Every day I would go there and put another picture of a cat (who knew there were so many cats?) and then the book came out and I said: “Here is another cat, please buy my book or I will kill it…” (I’m joking, I like cats). Time went by and I kept pretty much saying this over and over. Occasionally people would send me messages saying “I like the book” and I would say “thank you so much…” and that would be it. What I should have been doing is shouting “tell the world about my book please I need your help. Share my posts!”
But I didn’t because I am English, and polite, and an idiot.
I should have engaged with other pages, I should have commented on them, I should have been talking to writers' groups, book clubs, offering them advance copies, I should have been in every nook and cranny that even smelled of book on Facebook in the run up to publication, and every day after that.
And I should have posted more cats.
I wasn’t honest about myself and my work.
I have a terrible habit in interviews and blog posts of using the phrase “I just banged it out…” when talking about my books.
I did it again this week on BBC Radio:
Interviewer “How long did it take you to write the book?”
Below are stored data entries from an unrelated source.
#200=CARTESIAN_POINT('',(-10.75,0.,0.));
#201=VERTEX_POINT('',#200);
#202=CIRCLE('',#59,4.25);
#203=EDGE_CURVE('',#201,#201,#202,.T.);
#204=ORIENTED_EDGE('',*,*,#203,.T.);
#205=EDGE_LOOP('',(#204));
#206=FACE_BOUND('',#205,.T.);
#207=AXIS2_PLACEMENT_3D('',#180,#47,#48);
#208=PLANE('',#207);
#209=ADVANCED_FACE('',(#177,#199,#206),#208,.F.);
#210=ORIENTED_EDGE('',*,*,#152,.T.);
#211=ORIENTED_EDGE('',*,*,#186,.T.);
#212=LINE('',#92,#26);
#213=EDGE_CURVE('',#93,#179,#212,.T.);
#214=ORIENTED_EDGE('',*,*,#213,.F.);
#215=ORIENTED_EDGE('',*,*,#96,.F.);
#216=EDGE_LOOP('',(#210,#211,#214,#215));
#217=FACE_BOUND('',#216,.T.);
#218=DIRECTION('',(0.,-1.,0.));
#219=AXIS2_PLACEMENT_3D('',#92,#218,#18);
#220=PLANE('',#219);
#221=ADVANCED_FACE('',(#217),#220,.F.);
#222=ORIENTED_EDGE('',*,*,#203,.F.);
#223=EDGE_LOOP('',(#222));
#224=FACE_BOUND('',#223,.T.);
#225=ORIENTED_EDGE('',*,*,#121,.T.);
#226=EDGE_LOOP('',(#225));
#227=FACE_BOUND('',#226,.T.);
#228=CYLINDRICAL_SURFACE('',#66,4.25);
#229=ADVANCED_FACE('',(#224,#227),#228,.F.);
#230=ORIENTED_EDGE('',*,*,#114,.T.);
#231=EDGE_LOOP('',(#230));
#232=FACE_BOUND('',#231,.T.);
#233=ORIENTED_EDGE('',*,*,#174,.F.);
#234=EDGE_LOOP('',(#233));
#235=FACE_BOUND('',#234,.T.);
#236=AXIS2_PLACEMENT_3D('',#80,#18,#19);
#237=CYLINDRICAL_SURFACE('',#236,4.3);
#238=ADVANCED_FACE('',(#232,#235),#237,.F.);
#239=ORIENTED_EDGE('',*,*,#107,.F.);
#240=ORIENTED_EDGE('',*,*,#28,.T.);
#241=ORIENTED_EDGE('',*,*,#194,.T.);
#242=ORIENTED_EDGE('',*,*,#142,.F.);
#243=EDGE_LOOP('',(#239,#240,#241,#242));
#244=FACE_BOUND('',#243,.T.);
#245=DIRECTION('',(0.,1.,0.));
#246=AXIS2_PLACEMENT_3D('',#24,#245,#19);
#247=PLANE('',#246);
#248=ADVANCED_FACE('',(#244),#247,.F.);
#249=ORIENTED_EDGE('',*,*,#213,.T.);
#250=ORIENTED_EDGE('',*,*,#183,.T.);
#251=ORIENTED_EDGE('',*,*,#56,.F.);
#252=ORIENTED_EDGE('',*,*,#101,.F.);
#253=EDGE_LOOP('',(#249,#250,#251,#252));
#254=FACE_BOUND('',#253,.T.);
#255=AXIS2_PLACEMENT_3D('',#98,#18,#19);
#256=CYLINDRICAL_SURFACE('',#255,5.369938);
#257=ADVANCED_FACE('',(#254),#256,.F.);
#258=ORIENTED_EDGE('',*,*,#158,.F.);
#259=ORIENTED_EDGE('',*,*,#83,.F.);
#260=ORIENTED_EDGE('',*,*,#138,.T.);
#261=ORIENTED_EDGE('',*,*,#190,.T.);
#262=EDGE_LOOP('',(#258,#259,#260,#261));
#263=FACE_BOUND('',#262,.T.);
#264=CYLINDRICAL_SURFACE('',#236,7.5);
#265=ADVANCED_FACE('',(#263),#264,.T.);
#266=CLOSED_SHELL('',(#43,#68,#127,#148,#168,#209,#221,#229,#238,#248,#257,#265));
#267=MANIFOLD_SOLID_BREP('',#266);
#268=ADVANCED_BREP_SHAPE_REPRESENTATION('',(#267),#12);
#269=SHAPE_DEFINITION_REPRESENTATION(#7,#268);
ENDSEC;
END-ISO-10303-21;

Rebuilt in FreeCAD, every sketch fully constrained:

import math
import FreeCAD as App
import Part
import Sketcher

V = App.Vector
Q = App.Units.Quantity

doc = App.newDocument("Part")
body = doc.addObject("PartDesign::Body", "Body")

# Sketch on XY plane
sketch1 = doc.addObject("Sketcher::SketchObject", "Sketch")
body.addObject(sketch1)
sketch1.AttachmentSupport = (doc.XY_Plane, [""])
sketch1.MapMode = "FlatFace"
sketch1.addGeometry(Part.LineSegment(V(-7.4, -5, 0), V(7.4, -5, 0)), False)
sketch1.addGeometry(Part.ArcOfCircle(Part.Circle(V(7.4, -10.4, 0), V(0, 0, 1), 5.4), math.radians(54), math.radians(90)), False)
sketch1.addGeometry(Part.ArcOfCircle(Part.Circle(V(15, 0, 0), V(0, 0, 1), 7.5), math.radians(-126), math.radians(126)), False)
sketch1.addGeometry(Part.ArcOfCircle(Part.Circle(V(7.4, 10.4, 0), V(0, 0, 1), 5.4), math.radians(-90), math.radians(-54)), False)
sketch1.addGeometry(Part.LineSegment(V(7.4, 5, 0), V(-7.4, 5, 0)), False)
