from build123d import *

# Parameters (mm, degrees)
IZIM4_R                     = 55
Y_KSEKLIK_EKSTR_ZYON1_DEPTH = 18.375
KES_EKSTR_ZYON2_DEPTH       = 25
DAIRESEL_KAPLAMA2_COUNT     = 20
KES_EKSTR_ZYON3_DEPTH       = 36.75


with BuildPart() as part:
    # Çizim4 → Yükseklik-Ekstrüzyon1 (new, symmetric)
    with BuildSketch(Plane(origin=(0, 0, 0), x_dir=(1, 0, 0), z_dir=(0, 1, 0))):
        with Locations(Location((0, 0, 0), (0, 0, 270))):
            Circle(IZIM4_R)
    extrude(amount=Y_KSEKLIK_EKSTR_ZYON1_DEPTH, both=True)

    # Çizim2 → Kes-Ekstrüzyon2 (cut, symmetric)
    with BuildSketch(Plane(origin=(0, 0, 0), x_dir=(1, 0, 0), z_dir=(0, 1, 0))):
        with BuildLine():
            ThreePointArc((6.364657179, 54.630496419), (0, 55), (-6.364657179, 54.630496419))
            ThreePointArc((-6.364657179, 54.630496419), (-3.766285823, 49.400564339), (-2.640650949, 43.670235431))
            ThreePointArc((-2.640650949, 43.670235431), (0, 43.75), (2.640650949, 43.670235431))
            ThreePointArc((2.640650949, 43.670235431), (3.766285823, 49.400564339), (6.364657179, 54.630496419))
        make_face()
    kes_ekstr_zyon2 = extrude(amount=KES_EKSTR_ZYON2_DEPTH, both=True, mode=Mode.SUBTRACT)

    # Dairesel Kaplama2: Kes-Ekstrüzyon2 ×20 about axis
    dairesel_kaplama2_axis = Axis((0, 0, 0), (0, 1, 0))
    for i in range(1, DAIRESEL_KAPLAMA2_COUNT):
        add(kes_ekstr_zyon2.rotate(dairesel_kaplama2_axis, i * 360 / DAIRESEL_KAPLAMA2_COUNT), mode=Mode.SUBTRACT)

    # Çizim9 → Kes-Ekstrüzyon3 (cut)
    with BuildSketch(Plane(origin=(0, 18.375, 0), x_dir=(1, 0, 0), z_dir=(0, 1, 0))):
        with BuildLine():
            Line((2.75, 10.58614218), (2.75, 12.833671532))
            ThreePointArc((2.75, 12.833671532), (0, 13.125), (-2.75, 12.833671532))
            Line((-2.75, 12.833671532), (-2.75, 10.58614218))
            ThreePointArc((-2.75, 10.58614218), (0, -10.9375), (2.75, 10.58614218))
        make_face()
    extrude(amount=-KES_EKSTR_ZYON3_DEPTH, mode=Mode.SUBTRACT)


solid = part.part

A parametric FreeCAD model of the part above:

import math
import FreeCAD as App
import Part
import Sketcher

V = App.Vector

doc = App.newDocument("Part")
body = doc.addObject("PartDesign::Body", "Body")

# Sketch on XZ plane
sketch1 = body.newObject("Sketcher::SketchObject", "Sketch")
sketch1.AttachmentSupport = (doc.getObject("XZ_Plane"), [""])
sketch1.MapMode = "FlatFace"
sketch1.addGeometry(Part.Circle(V(0, 0, 0), V(0, 0, 1), 55), False)
sketch1.addConstraint([
    Sketcher.Constraint("Coincident", 0, 3, -1, 1),
    Sketcher.Constraint("Diameter", 0, 110.0),
])
pad1 = body.newObject("PartDesign::Pad", "Pad")
pad1.Profile = sketch1
pad1.Length = 36.75
pad1.Midplane = True

# Sketch on XZ plane
sketch2 = body.newObject("Sketcher::SketchObject", "Sketch001")
sketch2.AttachmentSupport = (doc.getObject("XZ_Plane"), [""])
sketch2.MapMode = "FlatFace"
sketch2.addGeometry([
    Part.ArcOfCircle(Part.Circle(V(0, 0, 0), V(0, 0, 1), 55), math.radians(-96.65), math.radians(-83.35)),
    Part.ArcOfCircle(Part.Circle(V(-25, -42, 0), V(0, 0, 1), 22), math.radians(-34), math.radians(-3)),
    Part.ArcOfCircle(Part.Circle(V(0, 0, 0), V(0, 0, 1), 44), math.radians(-93.46), math.radians(-86.54)),
    Part.ArcOfCircle(Part.Circle(V(25, -42, 0), V(0, 0, 1), 22), math.radians(-177), math.radians(-146)),
], False)
sketch2.addConstraint([
    Sketcher.Constraint("Coincident", 0, 1, 1, 1),
    Sketcher.Constraint("Coincident", 1, 2, 2, 1),
    Sketcher.Constraint("Coincident", 2, 2, 3, 1),
    Sketcher.Constraint("Coincident", 3, 2, 0, 2),
    Sketcher.Constraint("Coincident", 0, 3, -1, 1),
    Sketcher.Constraint("Coincident", 2, 3, -1, 1),
    Sketcher.Constraint("Equal", 1, 3),
    Sketcher.Constraint("Symmetric", 1, 3, 3, 3, -2),
    Sketcher.Constraint("Radius", 0, 55.0),
    Sketcher.Constraint("Radius", 2, 43.75),
    Sketcher.Constraint("Radius", 1, 21.92565),
    Sketcher.Constraint("DistanceX", 1, 2, 2, 2, 5.281302),
    Sketcher.Constraint("DistanceX", 1, 3, 3, 3, 49.052652),
])
pocket1 = body.newObject("PartDesign::Pocket", "Pocket")
pocket1.Profile = sketch2
pocket1.Length = 50
pocket1.Midplane = True
doc.recompute()

polarpattern = body.newObject("PartDesign::PolarPattern", "PolarPattern")
polarpattern.Originals = [pocket1]
polarpattern.Axis = (doc.getObject("Y_Axis"), [""])
polarpattern.Angle = 360
polarpattern.Occurrences = 20
body.Tip = polarpattern

# Sketch on XZ plane
sketch3 = body.newObject("Sketcher::SketchObject", "Sketch002")
sketch3.AttachmentSupport = (doc.getObject("XZ_Plane"), [""])
sketch3.MapMode = "FlatFace"
sketch3.AttachmentOffset = App.Placement(V(0, 0, -18.375), App.Rotation())
sketch3.addGeometry([
    Part.LineSegment(V(2.8, -10.6, 0), V(2.8, -12.8, 0)),
    Part.ArcOfCircle(Part.Circle(V(0, 0, 0), V(0, 0, 1), 13.1), math.radians(-102), math.radians(-78)),
    Part.LineSegment(V(-2.8, -12.8, 0), V(-2.8, -10.6, 0)),
    Part.ArcOfCircle(Part.Circle(V(0, 0, 0), V(0, 0, 1), 10.9), math.radians(-75), math.radians(255)),
], False)
sketch3.addConstraint([
    Sketcher.Constraint("Coincident", 0, 2, 1, 2),
    Sketcher.Constraint("Coincident", 1, 1, 2, 1),
    Sketcher.Constraint("Coincident", 2, 2, 3, 2),
    Sketcher.Constraint("Coincident", 3, 1, 0, 1),
    Sketcher.Constraint("Vertical", 0),
    Sketcher.Constraint("Vertical", 2),
    Sketcher.Constraint("Coincident", 1, 3, -1, 1),
    Sketcher.Constraint("Coincident", 3, 3, -1, 1),
    Sketcher.Constraint("Horizontal", 0, 2, 1, 1),
    Sketcher.Constraint("Radius", 1, 13.125),
    Sketcher.Constraint("Radius", 3, 10.9375),
    Sketcher.Constraint("DistanceX", 1, 1, 0, 2, 5.5),
])
pocket2 = body.newObject("PartDesign::Pocket", "Pocket001")
pocket2.Profile = sketch3
pocket2.Length = 36.75
pocket2.Reversed = True

doc.recompute()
Me: “I just banged it out in about six months I think…”
I didn’t, I lied.
I did write it in six months, that much is true, but I didn’t “bang it out” like some guy in a bucket factory. I sweated, I had sleepless nights, I thought about it hour after hour, day after day, I lived it, I dreamed it, I became it, I suffered, my relationships suffered, my life suffered and other people’s lives suffered.
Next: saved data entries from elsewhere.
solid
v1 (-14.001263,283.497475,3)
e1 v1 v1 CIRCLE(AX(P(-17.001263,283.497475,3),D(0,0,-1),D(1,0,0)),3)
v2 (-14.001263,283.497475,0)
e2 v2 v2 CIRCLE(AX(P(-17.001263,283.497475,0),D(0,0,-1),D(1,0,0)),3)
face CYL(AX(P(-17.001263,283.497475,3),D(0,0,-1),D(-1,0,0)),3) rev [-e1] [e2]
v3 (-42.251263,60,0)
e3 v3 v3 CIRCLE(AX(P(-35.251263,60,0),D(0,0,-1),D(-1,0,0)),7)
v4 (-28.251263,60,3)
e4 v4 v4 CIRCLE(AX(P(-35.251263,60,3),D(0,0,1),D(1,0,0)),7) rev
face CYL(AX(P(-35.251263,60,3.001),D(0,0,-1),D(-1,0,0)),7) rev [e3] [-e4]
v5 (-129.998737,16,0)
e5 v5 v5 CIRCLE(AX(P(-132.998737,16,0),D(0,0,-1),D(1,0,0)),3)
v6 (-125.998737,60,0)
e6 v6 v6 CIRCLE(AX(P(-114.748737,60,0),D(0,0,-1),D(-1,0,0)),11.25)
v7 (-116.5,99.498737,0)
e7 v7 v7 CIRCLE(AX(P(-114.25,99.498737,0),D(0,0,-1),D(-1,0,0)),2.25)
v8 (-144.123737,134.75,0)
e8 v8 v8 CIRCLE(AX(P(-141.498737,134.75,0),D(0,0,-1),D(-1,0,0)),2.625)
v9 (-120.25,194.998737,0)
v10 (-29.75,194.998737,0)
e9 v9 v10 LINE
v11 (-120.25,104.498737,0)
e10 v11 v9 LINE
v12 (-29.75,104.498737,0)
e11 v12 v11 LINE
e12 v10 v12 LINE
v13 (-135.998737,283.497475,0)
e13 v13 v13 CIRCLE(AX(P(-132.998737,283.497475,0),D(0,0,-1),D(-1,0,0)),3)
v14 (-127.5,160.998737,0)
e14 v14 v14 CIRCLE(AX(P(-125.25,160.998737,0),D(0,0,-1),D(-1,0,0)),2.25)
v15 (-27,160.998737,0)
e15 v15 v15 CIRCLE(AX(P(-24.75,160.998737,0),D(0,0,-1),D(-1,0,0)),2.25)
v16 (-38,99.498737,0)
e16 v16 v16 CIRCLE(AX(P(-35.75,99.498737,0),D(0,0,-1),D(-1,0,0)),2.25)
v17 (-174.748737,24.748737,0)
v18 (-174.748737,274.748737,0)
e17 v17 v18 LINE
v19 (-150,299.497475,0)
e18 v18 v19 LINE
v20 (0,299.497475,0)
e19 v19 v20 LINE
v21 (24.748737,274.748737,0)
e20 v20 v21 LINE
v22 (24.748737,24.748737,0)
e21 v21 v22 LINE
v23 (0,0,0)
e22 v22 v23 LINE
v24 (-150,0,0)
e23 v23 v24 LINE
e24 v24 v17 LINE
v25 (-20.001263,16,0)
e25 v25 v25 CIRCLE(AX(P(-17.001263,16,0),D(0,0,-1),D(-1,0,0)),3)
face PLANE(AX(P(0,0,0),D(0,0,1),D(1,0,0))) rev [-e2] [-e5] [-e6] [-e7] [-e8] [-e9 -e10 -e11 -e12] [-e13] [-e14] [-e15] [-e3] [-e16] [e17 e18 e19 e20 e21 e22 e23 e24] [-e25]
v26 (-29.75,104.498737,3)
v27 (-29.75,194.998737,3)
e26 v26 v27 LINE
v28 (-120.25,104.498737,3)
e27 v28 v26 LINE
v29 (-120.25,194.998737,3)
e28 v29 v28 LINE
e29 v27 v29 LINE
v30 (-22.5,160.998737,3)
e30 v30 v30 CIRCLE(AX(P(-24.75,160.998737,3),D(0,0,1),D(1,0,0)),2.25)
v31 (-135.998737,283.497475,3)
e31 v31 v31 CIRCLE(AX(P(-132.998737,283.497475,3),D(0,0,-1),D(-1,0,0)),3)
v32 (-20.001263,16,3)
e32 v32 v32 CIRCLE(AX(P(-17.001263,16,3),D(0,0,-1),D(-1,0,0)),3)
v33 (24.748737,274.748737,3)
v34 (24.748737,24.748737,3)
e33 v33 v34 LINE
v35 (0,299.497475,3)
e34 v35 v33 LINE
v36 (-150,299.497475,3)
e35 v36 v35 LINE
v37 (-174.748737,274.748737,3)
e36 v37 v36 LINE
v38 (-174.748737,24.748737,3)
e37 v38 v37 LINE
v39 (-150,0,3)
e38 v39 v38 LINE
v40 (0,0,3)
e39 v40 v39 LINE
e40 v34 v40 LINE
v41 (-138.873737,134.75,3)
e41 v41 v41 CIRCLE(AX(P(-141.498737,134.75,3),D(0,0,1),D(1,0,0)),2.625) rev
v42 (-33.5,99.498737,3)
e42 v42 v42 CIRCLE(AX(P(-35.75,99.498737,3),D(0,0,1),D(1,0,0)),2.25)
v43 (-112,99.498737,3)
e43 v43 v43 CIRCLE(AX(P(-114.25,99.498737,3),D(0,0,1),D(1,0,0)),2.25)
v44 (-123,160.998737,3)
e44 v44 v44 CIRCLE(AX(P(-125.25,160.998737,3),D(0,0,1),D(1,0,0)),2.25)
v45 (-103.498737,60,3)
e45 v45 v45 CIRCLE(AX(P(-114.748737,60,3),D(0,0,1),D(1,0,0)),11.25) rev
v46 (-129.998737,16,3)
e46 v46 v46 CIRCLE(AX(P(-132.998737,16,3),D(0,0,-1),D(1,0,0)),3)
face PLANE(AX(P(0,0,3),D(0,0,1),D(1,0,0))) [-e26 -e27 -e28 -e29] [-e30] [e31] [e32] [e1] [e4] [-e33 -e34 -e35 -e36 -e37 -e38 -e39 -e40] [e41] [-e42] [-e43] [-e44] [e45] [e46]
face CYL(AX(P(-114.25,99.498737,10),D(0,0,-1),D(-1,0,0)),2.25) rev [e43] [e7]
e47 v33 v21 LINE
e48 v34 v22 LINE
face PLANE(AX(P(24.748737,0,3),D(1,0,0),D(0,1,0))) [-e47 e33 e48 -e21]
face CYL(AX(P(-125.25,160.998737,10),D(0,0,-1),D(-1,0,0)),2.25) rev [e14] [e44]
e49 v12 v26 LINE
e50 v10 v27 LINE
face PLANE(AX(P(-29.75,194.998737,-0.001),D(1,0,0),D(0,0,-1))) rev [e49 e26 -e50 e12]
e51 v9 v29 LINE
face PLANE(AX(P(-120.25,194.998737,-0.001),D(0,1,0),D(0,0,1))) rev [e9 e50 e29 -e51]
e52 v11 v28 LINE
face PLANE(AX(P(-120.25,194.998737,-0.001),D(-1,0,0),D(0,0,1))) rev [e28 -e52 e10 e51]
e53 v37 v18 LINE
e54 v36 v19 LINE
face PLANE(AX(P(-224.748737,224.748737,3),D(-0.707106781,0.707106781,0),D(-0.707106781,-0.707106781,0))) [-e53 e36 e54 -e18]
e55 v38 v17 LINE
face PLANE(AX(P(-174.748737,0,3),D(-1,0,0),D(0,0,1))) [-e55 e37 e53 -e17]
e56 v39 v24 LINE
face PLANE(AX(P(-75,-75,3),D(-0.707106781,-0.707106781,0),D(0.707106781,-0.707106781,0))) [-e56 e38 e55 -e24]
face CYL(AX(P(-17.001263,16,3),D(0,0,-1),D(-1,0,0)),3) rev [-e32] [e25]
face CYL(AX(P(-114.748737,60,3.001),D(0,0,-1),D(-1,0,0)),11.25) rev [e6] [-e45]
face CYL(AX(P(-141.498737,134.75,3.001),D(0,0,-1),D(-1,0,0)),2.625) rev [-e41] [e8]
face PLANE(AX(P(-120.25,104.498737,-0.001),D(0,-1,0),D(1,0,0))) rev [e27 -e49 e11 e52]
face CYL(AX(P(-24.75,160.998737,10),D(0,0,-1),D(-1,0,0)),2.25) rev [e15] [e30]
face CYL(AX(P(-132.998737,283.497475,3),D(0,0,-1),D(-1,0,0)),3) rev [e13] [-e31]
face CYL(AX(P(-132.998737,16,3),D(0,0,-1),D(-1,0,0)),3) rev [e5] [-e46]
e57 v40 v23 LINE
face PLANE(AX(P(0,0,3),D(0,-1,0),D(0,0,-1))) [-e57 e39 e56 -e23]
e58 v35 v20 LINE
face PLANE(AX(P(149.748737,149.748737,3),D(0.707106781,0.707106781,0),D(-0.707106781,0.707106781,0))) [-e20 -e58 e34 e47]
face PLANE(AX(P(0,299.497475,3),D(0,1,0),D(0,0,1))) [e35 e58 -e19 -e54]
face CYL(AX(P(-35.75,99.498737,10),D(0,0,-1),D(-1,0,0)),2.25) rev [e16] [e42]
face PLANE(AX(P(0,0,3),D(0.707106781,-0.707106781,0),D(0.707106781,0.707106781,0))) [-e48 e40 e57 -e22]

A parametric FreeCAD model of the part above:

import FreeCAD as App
import Part
import Sketcher

doc = App.newDocument("Part")
params = doc.addObject("Spreadsheet::Sheet", "Params")
for row, (alias, value) in enumerate([
    ("sketch1_width", "150 mm"),
    ("sketch1_height", "250 mm"),
    ("sketch1_length", "35 mm"),
    ("pad1_length", "3 mm"),
    ("sketch2_diameter", "6 mm"),
    ("sketch3_diameter", "22.5 mm"),
    ("sketch4_diameter", "14 mm"),
    ("sketch5_diameter", "5.25 mm"),
    ("sketch6_width", "90.5 mm"),
    ("sketch7_diameter", "4.5 mm"),
    ("pocket6_length", "10 mm"),
], start=1):
    params.set(f"A{row}", alias)
    params.set(f"B{row}", "=" + value)
    params.setAlias(f"B{row}", alias)

body = doc.addObject("PartDesign::Body", "Body")

sketch1 = body.newObject("Sketcher::SketchObject", "Sketch")
sketch1.AttachmentSupport = (doc.getObject("XY_Plane"), [""])
sketch1.MapMode = "FlatFace"
sketch1.addGeometry(Part.LineSegment(App.Vector(0, 0, 0), App.Vector(24.748737, 24.748737, 0)), False)
sketch1.addGeometry(Part.LineSegment(App.Vector(24.748737, 24.748737, 0), App.Vector(24.748737, 274.748737, 0)), False)
sketch1.addGeometry(Part.LineSegment(App.Vector(24.748737, 274.748737, 0), App.Vector(0, 299.497475, 0)), False)
sketch1.addGeometry(Part.LineSegment(App.Vector(0, 299.497475, 0), App.Vector(-150, 299.497475, 0)), False)
sketch1.addGeometry(Part.LineSegment(App.Vector(-150, 299.497475, 0), App.Vector(-174.748737, 274.748737, 0)), False)
sketch1.addGeometry(Part.LineSegment(App.Vector(-174.748737, 274.748737, 0), App.Vector(-174.748737, 24.748737, 0)), False)
sketch1.addGeometry(Part.LineSegment(App.Vector(-174.748737, 24.748737, 0), App.Vector(-150, 0, 0)), False)
sketch1.addGeometry(Part.LineSegment(App.Vector(-150, 0, 0), App.Vector(0, 0, 0)), False)
sketch1.addConstraint(Sketcher.Constraint("Coincident", 0, 2, 1, 1))
sketch1.addConstraint(Sketcher.Constraint("Coincident", 1, 2, 2, 1))
sketch1.addConstraint(Sketcher.Constraint("Coincident", 2, 2, 3, 1))
sketch1.addConstraint(Sketcher.Constraint("Coincident", 3, 2, 4, 1))
sketch1.addConstraint(Sketcher.Constraint("Coincident", 4, 2, 5, 1))
sketch1.addConstraint(Sketcher.Constraint("Coincident", 5, 2, 6, 1))
sketch1.addConstraint(Sketcher.Constraint("Coincident", 6, 2, 7, 1))
sketch1.addConstraint(Sketcher.Constraint("Coincident", 7, 2, 0, 1))
sketch1.addConstraint(Sketcher.Constraint("Vertical", 1))
sketch1.addConstraint(Sketcher.Constraint("Horizontal", 3))
sketch1.addConstraint(Sketcher.Constraint("Vertical", 5))
sketch1.addConstraint(Sketcher.Constraint("Horizontal", 7))
sketch1.addConstraint(Sketcher.Constraint("Coincident", 7, 2, -1, 1))
sketch1.addConstraint(Sketcher.Constraint("PointOnObject", 2, 2, -2))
I didn’t bang it out, it banged me out.
I don’t know why I play it down so much (any psychoanalysts out there?) but I’m going to try to be honest about it from now on, and so should you. Writing a book is damn hard work, be proud of your hard work and tell the world when it asks, and tell the world when it doesn’t.
You deserve praise, you’ve earned it.
There you go, some of what I did wrong (well, about half the things I did wrong - there are lots more but give me a break, I’ve got a book to write).
I guess what I’m trying to tell you is: you are part of a community, you are a writer, alone you will get nowhere, honestly, you’ll get nowhere being selfish and trying to shoulder people off the road.
It just won’t work.
Enjoy the community, work with it, learn from it, and try to help it. Be honest with it, and with yourself, but most of all share, share your work, share the work of others, and you won’t make the mistakes I have made.
The Darkest Hour (Harper Collins) is Tony Schumacher's first novel. It took him forty six years to write, of which nine months were spent typing. The rest of the time was taken up being a failure at school, travelling the world, being a builder, a bar man, a bin man, and a British Bobby (he's also had lots of jobs that didn't begin with the letter "B" but they are far too many to list here). He's written for The Guardian, the Huffington Post, and both Liverpool and Manchester Confidential magazines. He's been a stand-up comedian, acted in a movie you won't have seen, and made some films for the BBC Politics Show North West. He can often be heard on BBC Radio, LBC radio and singing in the bath.
His second book, The British Lion, is released worldwide October 2015.